One thing to do, which might require waiting for the pandemic to wind down, is visit some schools. Sit in on classes. Talk to students. Talk to professors. You are going to find that there are a lot of very good universities and a lot of very good professors.
Anyone who has seen my posts over the past couple of years knows that I am not of the “prestige mind set”.
I think that I might have broken the prestige mind set by the somewhat odd method of attending a couple of prestigious universities (MIT for undergrad, Stanford for my master’s degree). Then I got a job. I found that my strongest coworkers come from a very wide range of universities. Some of the very strongest coworkers or other strong experts that I have ever worked with graduated from MIT, Stanford, Rutgers, U.Mass Amherst, UNH, U. of Minnesota, U. Michigan, UVA, UNC, seminary school, SJSU, any one of various IIT’s (in India), Tsinghua, U. Witwatersrand (this was a professor I had), U. Alberta, UBC, McGill, Toronto, and a very very wide range of other schools. I also noticed when I was in graduate school (at Stanford) that the other students there had done their bachelor’s degree at a very, very wide range of universities.
A couple of years ago I had a very tough problem to solve. I had to go to a really top expert, so I asked someone I have known for decades. He is a top expert in this very narrow area who happens to be an MIT graduate. He listened to my problem, them immediately said "you have to talk to ". I went to talk to (another really top expert in this narrow area, and a really nice guy). He listened to the problem, very clearly explained the solution and related considerations. Then we went to lunch. Over lunch we started talking about universities. He graduated from the local in-state public university. His parents could afford it. He did really well there.

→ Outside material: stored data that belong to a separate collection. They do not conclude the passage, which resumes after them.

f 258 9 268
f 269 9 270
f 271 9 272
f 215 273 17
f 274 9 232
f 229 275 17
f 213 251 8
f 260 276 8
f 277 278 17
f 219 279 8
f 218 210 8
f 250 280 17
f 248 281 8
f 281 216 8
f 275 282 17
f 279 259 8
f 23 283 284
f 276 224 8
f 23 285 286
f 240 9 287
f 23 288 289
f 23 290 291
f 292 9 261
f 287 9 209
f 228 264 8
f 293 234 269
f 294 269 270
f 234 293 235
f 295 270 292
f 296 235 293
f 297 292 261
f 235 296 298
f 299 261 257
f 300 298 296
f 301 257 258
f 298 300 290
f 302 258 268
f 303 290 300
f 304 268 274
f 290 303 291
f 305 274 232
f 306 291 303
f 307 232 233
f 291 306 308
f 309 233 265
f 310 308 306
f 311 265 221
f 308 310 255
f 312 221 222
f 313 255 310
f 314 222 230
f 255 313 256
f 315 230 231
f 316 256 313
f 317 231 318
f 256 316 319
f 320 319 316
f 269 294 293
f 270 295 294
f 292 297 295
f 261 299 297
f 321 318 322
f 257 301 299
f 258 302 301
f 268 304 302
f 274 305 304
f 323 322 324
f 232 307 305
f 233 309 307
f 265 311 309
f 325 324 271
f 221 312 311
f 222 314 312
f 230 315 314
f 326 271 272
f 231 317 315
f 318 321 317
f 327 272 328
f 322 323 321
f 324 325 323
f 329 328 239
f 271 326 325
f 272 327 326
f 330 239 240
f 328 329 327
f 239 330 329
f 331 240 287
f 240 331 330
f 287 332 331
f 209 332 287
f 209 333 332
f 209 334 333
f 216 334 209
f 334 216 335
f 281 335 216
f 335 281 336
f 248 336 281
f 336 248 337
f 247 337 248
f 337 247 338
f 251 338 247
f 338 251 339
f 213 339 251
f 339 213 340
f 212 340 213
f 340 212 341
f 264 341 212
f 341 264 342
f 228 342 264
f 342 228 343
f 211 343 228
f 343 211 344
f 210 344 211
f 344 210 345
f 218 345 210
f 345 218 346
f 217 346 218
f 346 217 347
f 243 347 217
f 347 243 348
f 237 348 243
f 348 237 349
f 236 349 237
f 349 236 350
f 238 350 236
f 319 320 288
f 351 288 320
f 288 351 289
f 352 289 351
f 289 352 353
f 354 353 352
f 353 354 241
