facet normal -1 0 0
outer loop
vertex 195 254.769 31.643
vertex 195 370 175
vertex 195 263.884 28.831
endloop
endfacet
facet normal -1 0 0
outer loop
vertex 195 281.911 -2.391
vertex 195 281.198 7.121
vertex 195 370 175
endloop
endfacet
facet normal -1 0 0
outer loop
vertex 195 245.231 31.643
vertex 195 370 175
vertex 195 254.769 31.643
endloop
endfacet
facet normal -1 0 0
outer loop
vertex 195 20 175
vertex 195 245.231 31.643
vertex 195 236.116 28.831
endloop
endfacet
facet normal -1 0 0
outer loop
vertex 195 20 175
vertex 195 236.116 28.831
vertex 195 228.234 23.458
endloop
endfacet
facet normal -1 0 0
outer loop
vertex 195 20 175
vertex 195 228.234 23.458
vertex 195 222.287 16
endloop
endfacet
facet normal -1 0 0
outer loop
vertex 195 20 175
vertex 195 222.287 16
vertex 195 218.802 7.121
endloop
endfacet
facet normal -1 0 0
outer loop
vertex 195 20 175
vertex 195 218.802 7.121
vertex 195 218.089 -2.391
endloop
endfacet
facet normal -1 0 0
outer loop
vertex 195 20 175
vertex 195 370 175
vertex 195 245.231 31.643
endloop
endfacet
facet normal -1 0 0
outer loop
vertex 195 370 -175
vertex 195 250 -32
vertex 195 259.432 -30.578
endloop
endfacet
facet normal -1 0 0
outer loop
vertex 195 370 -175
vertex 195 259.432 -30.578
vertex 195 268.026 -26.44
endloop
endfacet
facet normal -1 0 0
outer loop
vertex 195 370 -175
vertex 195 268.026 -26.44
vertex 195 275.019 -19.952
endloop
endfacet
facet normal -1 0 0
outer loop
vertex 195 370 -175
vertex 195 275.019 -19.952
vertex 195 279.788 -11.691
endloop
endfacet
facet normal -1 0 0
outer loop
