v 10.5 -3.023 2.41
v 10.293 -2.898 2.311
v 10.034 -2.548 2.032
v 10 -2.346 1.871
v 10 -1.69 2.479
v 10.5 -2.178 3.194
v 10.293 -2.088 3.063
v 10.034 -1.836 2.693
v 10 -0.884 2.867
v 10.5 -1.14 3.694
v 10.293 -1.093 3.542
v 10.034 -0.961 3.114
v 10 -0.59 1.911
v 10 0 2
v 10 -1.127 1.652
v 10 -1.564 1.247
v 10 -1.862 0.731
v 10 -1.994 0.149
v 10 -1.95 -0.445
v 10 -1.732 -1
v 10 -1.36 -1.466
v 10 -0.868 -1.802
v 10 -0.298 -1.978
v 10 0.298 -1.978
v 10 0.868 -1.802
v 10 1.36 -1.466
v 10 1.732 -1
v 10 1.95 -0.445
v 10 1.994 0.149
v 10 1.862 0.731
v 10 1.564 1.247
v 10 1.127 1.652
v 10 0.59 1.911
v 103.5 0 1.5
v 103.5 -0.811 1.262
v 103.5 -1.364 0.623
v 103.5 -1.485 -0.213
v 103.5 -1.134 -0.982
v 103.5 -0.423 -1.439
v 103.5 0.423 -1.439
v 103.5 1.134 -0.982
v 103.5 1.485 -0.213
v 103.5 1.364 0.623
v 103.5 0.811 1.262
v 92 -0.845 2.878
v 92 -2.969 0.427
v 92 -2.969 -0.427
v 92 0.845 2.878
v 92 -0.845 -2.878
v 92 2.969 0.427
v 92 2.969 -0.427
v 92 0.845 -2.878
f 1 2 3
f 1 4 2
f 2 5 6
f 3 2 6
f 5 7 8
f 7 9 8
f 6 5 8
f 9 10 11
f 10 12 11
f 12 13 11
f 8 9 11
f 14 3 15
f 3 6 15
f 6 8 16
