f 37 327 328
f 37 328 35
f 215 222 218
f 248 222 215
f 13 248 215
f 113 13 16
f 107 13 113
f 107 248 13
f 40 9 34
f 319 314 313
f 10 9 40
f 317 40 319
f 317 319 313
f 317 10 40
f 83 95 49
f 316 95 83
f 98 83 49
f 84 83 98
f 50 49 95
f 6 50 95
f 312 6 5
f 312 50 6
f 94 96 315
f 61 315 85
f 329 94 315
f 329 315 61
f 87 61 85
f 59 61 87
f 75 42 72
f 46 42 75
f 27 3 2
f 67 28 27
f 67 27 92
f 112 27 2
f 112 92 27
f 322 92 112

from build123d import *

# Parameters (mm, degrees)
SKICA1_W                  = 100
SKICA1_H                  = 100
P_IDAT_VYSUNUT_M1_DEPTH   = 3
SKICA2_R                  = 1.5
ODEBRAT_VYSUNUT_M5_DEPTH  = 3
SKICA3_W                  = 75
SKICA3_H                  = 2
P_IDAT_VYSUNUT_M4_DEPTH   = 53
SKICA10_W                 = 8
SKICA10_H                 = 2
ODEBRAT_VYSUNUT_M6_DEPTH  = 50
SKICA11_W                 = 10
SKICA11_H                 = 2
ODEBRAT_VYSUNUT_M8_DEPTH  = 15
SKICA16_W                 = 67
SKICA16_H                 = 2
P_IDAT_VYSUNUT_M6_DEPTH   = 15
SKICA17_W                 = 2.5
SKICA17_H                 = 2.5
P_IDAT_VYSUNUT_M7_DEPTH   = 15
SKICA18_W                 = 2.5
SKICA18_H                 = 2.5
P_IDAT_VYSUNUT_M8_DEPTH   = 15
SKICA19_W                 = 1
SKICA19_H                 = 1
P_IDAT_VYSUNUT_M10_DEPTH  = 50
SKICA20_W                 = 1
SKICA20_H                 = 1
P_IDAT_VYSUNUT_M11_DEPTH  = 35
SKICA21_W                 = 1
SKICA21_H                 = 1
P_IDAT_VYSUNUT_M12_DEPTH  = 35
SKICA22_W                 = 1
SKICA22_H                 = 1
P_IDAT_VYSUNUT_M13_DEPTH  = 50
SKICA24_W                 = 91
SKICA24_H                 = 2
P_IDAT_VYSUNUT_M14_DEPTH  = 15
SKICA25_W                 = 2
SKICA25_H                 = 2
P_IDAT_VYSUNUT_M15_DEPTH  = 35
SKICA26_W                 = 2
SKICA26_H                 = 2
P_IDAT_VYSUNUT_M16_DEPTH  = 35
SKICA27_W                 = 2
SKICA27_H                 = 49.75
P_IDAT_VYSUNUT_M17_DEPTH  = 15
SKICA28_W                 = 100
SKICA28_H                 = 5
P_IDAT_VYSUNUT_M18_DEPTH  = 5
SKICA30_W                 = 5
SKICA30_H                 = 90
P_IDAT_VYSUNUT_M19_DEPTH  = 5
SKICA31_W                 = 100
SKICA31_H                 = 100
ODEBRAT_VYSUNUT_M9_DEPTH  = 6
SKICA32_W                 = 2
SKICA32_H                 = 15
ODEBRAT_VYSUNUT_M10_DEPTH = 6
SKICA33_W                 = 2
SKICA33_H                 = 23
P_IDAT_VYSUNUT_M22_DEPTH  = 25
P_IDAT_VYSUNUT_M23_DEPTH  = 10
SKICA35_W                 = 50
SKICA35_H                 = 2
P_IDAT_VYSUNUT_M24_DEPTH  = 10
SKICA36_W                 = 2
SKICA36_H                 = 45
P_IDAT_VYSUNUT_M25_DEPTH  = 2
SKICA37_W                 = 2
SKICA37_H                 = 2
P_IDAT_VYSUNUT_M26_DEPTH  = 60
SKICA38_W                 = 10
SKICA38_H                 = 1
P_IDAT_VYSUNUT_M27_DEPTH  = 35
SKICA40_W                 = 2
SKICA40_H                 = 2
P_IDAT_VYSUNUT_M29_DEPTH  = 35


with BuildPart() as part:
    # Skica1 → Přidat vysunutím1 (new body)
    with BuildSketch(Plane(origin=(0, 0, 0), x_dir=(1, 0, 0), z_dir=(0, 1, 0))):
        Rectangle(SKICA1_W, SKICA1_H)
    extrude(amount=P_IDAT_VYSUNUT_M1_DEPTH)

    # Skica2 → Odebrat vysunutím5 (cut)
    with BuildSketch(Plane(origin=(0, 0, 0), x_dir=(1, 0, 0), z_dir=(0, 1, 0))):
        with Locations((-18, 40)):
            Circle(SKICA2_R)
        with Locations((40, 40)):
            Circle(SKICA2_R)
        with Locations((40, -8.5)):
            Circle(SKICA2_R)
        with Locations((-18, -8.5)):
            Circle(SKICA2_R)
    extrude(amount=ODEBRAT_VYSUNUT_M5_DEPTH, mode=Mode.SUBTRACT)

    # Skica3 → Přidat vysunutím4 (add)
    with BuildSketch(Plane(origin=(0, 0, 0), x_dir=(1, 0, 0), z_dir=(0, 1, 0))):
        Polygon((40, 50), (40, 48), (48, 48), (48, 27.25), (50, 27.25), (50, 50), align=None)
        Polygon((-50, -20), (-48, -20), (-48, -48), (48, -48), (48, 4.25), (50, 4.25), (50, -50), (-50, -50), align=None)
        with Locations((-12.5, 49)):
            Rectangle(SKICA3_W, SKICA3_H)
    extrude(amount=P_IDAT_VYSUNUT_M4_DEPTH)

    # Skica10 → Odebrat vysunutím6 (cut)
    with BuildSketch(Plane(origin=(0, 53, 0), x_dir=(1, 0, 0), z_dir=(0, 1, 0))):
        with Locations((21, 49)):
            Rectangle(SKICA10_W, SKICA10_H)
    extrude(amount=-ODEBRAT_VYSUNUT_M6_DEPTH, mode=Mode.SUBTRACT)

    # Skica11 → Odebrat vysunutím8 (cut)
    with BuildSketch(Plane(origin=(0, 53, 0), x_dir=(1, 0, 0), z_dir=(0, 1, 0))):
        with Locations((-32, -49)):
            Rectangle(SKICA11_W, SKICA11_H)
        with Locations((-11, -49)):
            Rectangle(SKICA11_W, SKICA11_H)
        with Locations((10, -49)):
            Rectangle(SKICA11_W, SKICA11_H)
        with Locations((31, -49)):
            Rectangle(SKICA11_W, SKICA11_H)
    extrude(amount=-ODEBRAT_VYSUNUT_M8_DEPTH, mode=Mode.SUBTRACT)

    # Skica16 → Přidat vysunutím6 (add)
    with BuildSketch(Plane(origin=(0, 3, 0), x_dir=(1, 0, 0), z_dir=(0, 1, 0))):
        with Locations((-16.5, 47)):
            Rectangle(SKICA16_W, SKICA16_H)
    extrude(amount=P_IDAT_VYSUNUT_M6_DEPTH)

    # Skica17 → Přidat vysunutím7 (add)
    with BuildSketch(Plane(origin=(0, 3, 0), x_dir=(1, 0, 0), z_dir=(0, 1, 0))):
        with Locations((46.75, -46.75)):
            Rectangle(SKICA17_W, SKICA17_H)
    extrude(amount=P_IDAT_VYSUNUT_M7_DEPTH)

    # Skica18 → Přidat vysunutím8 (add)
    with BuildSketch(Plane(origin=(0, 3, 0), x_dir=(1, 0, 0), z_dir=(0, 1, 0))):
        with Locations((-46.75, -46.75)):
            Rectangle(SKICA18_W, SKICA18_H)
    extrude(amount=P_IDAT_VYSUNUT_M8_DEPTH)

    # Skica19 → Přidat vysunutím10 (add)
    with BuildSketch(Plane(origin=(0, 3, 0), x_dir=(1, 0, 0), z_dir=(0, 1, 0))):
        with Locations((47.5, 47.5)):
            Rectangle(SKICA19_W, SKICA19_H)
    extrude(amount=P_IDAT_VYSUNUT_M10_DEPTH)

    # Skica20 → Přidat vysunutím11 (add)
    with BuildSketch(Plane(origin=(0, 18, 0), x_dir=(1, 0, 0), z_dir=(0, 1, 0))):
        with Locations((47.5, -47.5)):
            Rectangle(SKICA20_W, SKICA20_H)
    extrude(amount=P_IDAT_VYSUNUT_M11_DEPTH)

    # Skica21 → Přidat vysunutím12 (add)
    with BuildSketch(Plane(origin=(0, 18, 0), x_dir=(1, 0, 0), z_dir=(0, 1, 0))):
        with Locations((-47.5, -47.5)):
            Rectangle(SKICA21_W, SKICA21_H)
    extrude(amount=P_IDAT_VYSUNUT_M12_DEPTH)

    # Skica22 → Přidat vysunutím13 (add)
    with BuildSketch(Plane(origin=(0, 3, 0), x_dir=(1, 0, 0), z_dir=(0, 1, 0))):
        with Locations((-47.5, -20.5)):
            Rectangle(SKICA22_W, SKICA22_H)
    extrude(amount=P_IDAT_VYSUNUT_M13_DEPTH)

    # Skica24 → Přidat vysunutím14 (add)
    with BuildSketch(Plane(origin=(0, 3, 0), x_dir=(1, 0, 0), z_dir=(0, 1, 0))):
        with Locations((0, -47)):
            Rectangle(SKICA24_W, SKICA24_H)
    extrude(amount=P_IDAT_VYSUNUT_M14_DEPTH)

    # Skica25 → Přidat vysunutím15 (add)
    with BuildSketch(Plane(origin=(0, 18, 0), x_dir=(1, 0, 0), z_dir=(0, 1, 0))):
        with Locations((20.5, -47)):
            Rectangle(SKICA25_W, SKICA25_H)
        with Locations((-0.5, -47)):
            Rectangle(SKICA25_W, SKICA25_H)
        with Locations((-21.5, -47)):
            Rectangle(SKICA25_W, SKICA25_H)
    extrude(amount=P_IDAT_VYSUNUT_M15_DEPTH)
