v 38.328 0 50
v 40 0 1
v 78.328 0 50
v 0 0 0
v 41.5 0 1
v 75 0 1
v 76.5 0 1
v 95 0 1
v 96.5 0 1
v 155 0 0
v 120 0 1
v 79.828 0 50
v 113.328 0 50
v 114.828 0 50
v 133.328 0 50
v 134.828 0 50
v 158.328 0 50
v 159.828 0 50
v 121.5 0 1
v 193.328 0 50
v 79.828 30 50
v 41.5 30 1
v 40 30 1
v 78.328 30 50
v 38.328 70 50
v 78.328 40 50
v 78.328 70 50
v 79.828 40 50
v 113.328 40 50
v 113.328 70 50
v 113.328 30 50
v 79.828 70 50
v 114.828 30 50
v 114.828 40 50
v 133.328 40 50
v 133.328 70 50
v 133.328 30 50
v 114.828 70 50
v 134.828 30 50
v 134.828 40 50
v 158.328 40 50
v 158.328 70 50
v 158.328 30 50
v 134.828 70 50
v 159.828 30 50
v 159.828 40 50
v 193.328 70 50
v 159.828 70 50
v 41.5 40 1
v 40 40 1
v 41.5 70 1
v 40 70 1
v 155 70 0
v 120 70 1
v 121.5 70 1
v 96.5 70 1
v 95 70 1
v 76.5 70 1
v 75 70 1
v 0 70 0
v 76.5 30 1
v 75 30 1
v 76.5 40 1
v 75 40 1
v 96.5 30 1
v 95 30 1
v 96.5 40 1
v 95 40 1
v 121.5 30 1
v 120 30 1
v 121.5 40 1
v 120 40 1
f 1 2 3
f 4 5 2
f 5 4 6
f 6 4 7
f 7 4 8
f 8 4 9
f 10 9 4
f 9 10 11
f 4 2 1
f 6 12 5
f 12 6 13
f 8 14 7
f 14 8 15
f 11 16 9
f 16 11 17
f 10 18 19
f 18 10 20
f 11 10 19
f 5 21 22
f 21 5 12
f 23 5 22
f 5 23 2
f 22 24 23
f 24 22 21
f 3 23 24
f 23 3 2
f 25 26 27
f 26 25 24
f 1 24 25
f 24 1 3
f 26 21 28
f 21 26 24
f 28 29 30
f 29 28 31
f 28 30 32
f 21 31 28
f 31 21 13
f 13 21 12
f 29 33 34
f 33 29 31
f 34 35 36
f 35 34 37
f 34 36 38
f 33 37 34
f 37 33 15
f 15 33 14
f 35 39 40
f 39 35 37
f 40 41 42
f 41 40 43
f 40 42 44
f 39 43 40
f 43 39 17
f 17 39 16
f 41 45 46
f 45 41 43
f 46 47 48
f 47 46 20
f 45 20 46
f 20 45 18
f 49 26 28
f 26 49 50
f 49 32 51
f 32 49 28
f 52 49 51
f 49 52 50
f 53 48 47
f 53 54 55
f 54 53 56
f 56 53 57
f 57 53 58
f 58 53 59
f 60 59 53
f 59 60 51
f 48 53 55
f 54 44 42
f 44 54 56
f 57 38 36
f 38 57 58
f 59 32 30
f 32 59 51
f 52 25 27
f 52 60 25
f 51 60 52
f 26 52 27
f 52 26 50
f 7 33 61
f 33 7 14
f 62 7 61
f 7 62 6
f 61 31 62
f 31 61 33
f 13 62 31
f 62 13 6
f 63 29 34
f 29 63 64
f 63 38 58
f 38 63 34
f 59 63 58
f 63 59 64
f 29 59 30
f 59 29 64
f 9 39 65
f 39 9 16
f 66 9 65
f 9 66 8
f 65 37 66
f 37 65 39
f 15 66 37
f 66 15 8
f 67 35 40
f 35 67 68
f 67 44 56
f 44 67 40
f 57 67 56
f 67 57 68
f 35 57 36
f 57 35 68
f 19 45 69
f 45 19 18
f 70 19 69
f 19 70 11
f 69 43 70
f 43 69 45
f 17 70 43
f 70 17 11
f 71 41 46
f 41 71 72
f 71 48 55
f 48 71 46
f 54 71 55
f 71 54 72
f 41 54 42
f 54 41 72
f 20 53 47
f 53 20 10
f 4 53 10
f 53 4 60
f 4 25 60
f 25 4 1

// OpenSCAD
//number of division
d=5;//[1:1,2:2,3:3,4:4,5:5,6:6,7:7]
//type of box ending 
final=1;//[1:angled,2:vertical]
//type of box front
front=1;//[1:angled,2:vertical]
//Distance between divisions
e=10;
//Space from box and division height
t=0;
//box Height
H=50;
//Card height (hypotenusa)
C=63;
//Box Width
W=70;
//Length of the 1st division
X1=40;
//Length of the 2nd division
X2=35;
//Length of the 3rd division
X3=20;
//Length of the 4th division
X4=25;
//Length of the 5th division
X5=35;
//Length of the 6th division
X6=40;
//Length of the 7th division
X7=25;


B=sqrt(pow(C,2)-pow(H,2));


module division(P1,H1,t1,C1,W1,e1)
{
    Cn=((H1-t1)*C1)/H1;
    Bd=sqrt(pow((Cn),2)-pow((H-t),2));
    Alt_div=(W1-e1)/2;
    posdiv=(W1+e1)/2;
    linear_extrude(height = Alt_div){
    polygon([[P1,1],[P1+1.5,1],[P1+1.5+Bd,H1-t1],[P1+Bd,H1-t1]]);
    }
    translate([0,0,posdiv]){
        linear_extrude(height = Alt_div){
        polygon([[P1,1],[P1+1.5,1],[P1+1.5+Bd,H1-t1],[P1+Bd,H1-t1]]);
        }
    }
}

if (d==1)
{
   L=X1;
   mirror ([0,1,0]){
   rotate ([90,0,0]) {
        difference() {
                linear_extrude(height = W){
                    if (final==1)
                    {
                        if (front==1)
                            {polygon([[0,0],[L,0],[L+B,H],[B,H]]);}
                        else
                            {polygon([[0,0],[L,0],[L+B,H],[0,H]]);}
                            }
                    else
                    {
                        if (front==1)
                            {polygon([[0,0],[L+B,0],[L+B,H],[B,H]]);}
                        else
                            {polygon([[0,0],[L+B,0],[L+B,H],[0,H]]);}
                            }
                }
               if (final==2) division (X1,H,t,C,W,e);    
            }
        }
    }
}

if (d==2)
{
   L=X1+X2;
    mirror ([0,1,0]){
   rotate ([90,0,0]) {
        difference() {
                linear_extrude(height = W){
                    if (final==1)
                    {
                        if (front==1)
                            {polygon([[0,0],[L,0],[L+B,H],[B,H]]);}
                        else
                            {polygon([[0,0],[L,0],[L+B,H],[0,H]]);}
                            }
                    else
                    {
                        if (front==1)
                            {polygon([[0,0],[L+B,0],[L+B,H],[B,H]]);}
                        else
                            {polygon([[0,0],[L+B,0],[L+B,H],[0,H]]);}
                            }
                }
                division (X1,H,t,C,W,e);
                if (final==2) division (X1+X2,H,t,C,W,e);               
                }

            }
        }
    }

if (d==3)
{
    L=X1+X2+X3;
   mirror ([0,1,0]){
   rotate ([90,0,0]) {
        difference() {
                linear_extrude(height = W){
                    if (final==1)
                    {
                        if (front==1)
                            {polygon([[0,0],[L,0],[L+B,H],[B,H]]);}
                        else
                            {polygon([[0,0],[L,0],[L+B,H],[0,H]]);}
                            }
                    else
                    {
                        if (front==1)
                            {polygon([[0,0],[L+B,0],[L+B,H],[B,H]]);}
                        else
                            {polygon([[0,0],[L+B,0],[L+B,H],[0,H]]);}
                            }
                }
                    division (X1,H,t,C,W,e);
                    division (X1+X2,H,t,C,W,e);
                    if (final==2) division (X1+X2+X3,H,t,C,W,e);        
                }
            }
        }    
}

if (d==4)
{
    L=X1+X2+X3+X4;
       mirror ([0,1,0]){
   rotate ([90,0,0]) {
        difference() {
                linear_extrude(height = W){
                    if (final==1)
                    {
                        if (front==1)
                            {polygon([[0,0],[L,0],[L+B,H],[B,H]]);}
                        else
                            {polygon([[0,0],[L,0],[L+B,H],[0,H]]);}
                            }
                    else
                    {
                        if (front==1)
                            {polygon([[0,0],[L+B,0],[L+B,H],[B,H]]);}
                        else
                            {polygon([[0,0],[L+B,0],[L+B,H],[0,H]]);}
                            }
                }
                    division (X1,H,t,C,W,e);
                    division (X1+X2,H,t,C,W,e);
                    division (X1+X2+X3,H,t,C,W,e);
                    if (final==2) division (X1+X2+X3+X4,H,t,C,W,e);               
                }
            }
        } 
}

if (d==5)
{
    L=X1+X2+X3+X4+X5;
       mirror ([0,1,0]){
   rotate ([90,0,0]) {
        difference() {
                linear_extrude(height = W){
                    if (final==1)
                    {
                        if (front==1)
                            {polygon([[0,0],[L,0],[L+B,H],[B,H]]);}
                        else
                            {polygon([[0,0],[L,0],[L+B,H],[0,H]]);}
                            }
                    else
                    {
                        if (front==1)
                            {polygon([[0,0],[L+B,0],[L+B,H],[B,H]]);}
                        else
                            {polygon([[0,0],[L+B,0],[L+B,H],[0,H]]);}
                            }
                }
                    division (X1,H,t,C,W,e);
                    division (X1+X2,H,t,C,W,e);
                    division (X1+X2+X3,H,t,C,W,e);
                    division (X1+X2+X3+X4,H,t,C,W,e);                if (final==2) division (X1+X2+X3+X4+X5,H,t,C,W,e);  
                
                }
            }
        }     
}

if (d==6)
{
    L=X1+X2+X3+X4+X5+X6;
       mirror ([0,1,0]){
   rotate ([90,0,0]) {
        difference() {
                linear_extrude(height = W){
                    if (final==1)
                    {
                        if (front==1)
                            {polygon([[0,0],[L,0],[L+B,H],[B,H]]);}
                        else
                            {polygon([[0,0],[L,0],[L+B,H],[0,H]]);}
                            }
                    else
                    {
                        if (front==1)
                            {polygon([[0,0],[L+B,0],[L+B,H],[B,H]]);}
                        else
                            {polygon([[0,0],[L+B,0],[L+B,H],[0,H]]);}
                            }
                }
                    division (X1,H,t,C,W,e);
                    division (X1+X2,H,t,C,W,e);
                    division (X1+X2+X3,H,t,C,W,e);
                    division (X1+X2+X3+X4,H,t,C,W,e);
                    division (X1+X2+X3+X4+X5,H,t,C,W,e);                if (final==2) division (X1+X2+X3+X4+X5+X6,H,t,C,W,e);                
                }
            }
        }     
}

if (d==7)
{
    L=X1+X2+X3+X4+X5+X6+X7;
       mirror ([0,1,0]){
   rotate ([90,0,0]) {
        difference() {
                linear_extrude(height = W){
                    if (final==1)
                    {
                        if (front==1)
                            {polygon([[0,0],[L,0],[L+B,H],[B,H]]);}
                        else
                            {polygon([[0,0],[L,0],[L+B,H],[0,H]]);}
                            }
                    else
                    {
                        if (front==1)
                            {polygon([[0,0],[L+B,0],[L+B,H],[B,H]]);}
                        else
                            {polygon([[0,0],[L+B,0],[L+B,H],[0,H]]);}
                            }
                }
                    division (X1,H,t,C,W,e);
                    division (X1+X2,H,t,C,W,e);
                    division (X1+X2+X3,H,t,C,W,e);
                    division (X1+X2+X3+X4,H,t,C,W,e);
                    division (X1+X2+X3+X4+X5,H,t,C,W,e);
                    division (X1+X2+X3+X4+X5+X6,H,t,C,W,e);                if (final==2) division (X1+X2+X3+X4+X5+X6+X7,H,t,C,W,e);                
                }
            }
        }     
}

I also know someone very well who got their bachelor’s at a school that is not in the top 100 in the US, but is in the top 150. They could save money by living at home. Then they did their master’s at an Ivy League university that happens to have a strong program in their major.
And I know someone who is going very interesting research as an undergraduate student at a university that you have never heard of. One issue is that they go to a small school where you get to know your professors. Another is that they are nice, pragmatic, and at the top of the class so the professors want to work with them.
The point is that there are hundreds of universities with excellent professors and great research opportunities. There are hundreds of universities where the top 10% of students are as strong as the students that you find at Ivy League schools. Really smart people attend a wide range of universities for a wide range of reasons.
Another point is that what you do in university is more important than where you do it.
Looking at rankings is easy. Finding a university that is a good fit for you is tougher. Unfortunately the pandemic makes it even harder since visiting is not practical and there currently are no classes that you can sit in on.